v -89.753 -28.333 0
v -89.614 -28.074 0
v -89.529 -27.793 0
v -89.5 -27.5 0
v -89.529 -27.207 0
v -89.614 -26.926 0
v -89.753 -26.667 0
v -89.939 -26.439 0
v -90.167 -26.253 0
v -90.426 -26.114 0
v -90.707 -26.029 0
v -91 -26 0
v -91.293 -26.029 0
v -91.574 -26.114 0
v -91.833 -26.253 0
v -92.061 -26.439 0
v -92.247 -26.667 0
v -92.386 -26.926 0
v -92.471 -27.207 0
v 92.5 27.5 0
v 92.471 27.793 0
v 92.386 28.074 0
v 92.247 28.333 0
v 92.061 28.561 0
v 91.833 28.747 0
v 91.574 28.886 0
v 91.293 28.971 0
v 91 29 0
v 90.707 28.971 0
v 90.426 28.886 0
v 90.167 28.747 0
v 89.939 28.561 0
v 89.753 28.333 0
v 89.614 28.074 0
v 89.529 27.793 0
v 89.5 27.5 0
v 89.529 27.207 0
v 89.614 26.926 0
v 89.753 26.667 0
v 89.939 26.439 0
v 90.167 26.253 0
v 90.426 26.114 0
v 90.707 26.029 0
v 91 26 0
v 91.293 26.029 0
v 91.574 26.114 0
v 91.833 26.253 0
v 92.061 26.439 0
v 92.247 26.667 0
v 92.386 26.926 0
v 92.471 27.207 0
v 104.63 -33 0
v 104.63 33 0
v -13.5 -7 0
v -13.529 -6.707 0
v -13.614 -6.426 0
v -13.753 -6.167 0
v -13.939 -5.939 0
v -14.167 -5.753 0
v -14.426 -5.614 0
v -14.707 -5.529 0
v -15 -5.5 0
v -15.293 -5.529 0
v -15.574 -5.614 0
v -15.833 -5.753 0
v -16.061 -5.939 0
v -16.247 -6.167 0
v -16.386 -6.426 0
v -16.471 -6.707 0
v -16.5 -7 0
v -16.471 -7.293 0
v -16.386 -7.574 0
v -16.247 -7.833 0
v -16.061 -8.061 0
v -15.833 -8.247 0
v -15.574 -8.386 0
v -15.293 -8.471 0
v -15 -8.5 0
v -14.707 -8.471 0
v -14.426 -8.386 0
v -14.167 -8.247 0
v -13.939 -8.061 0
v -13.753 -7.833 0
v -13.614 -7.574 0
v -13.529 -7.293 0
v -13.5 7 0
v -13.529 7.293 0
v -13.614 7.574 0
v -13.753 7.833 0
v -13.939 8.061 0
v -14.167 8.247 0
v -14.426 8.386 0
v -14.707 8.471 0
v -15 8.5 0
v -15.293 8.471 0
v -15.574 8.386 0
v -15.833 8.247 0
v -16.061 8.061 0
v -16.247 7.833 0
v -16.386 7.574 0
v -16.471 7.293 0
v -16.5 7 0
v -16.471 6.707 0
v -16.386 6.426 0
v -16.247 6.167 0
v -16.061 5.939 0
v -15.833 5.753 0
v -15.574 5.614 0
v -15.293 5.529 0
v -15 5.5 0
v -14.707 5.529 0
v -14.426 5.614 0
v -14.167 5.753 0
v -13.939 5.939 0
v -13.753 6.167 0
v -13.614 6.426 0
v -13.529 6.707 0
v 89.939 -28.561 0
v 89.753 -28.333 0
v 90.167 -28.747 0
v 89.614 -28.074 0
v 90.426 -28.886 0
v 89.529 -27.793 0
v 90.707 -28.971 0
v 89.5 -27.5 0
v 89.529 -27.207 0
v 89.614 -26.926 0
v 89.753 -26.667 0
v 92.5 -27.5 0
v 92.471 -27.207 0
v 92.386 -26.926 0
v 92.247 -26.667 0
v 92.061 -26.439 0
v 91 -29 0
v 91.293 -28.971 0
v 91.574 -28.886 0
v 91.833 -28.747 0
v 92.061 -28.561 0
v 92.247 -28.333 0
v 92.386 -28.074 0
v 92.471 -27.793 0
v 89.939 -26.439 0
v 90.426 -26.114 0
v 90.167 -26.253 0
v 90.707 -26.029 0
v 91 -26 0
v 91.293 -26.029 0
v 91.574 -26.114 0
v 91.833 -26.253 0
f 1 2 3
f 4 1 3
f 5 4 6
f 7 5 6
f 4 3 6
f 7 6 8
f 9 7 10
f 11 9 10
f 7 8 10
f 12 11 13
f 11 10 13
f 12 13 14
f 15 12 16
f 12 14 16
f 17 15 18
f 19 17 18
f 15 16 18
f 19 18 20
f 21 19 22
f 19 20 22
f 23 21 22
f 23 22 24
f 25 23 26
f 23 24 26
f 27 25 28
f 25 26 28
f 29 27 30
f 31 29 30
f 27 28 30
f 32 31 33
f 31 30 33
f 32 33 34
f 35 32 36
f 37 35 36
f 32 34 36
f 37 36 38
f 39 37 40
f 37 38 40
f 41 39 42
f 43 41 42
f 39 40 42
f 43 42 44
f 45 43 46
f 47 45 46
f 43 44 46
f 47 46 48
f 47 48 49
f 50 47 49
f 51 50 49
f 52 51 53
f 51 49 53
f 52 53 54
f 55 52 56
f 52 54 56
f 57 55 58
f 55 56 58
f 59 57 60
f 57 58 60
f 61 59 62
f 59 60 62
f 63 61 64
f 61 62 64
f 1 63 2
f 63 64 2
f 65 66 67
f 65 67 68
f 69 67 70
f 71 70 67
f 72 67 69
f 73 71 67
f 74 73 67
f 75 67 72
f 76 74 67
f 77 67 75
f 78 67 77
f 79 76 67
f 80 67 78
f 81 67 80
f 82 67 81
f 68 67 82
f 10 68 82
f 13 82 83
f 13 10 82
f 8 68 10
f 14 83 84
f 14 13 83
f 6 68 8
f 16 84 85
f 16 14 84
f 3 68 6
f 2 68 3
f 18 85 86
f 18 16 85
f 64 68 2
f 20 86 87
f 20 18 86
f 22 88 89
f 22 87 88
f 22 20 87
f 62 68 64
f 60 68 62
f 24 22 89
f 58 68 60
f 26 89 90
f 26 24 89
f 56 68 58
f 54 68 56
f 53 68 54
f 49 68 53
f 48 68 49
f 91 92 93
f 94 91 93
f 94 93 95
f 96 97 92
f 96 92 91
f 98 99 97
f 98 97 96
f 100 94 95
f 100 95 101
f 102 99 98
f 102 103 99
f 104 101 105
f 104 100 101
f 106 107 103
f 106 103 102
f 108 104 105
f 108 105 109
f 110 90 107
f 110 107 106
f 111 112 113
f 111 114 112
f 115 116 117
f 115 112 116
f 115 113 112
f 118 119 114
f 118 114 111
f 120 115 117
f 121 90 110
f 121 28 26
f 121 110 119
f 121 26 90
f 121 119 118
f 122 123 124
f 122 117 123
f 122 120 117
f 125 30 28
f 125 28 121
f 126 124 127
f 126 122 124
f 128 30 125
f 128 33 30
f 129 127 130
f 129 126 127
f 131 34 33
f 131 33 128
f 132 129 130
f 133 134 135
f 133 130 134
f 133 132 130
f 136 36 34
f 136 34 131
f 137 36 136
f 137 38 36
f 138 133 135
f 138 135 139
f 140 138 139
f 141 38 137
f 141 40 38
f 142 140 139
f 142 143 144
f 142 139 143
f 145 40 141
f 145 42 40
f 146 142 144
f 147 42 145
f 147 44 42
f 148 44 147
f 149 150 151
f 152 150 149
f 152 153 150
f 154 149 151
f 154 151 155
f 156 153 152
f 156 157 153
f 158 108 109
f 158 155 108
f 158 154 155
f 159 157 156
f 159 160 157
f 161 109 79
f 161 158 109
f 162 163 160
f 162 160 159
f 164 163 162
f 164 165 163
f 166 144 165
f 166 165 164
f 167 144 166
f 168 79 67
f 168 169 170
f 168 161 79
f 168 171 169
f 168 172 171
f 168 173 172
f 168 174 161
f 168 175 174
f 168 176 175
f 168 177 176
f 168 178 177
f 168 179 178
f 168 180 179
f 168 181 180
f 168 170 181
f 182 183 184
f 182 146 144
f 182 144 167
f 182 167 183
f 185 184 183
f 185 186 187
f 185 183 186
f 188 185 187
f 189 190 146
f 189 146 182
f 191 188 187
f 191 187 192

------------------------------

Copy the entries word for word. Start at the first line and end with the line containing "v 91.574 28.886 0".

◆ Solution to this task:
v -89.753 -28.333 0
v -89.614 -28.074 0
v -89.529 -27.793 0
v -89.5 -27.5 0
v -89.529 -27.207 0
v -89.614 -26.926 0
v -89.753 -26.667 0
v -89.939 -26.439 0
v -90.167 -26.253 0
v -90.426 -26.114 0
v -90.707 -26.029 0
v -91 -26 0
v -91.293 -26.029 0
v -91.574 -26.114 0
v -91.833 -26.253 0
v -92.061 -26.439 0
v -92.247 -26.667 0
v -92.386 -26.926 0
v -92.471 -27.207 0
v 92.5 27.5 0
v 92.471 27.793 0
v 92.386 28.074 0
v 92.247 28.333 0
v 92.061 28.561 0
v 91.833 28.747 0
v 91.574 28.886 0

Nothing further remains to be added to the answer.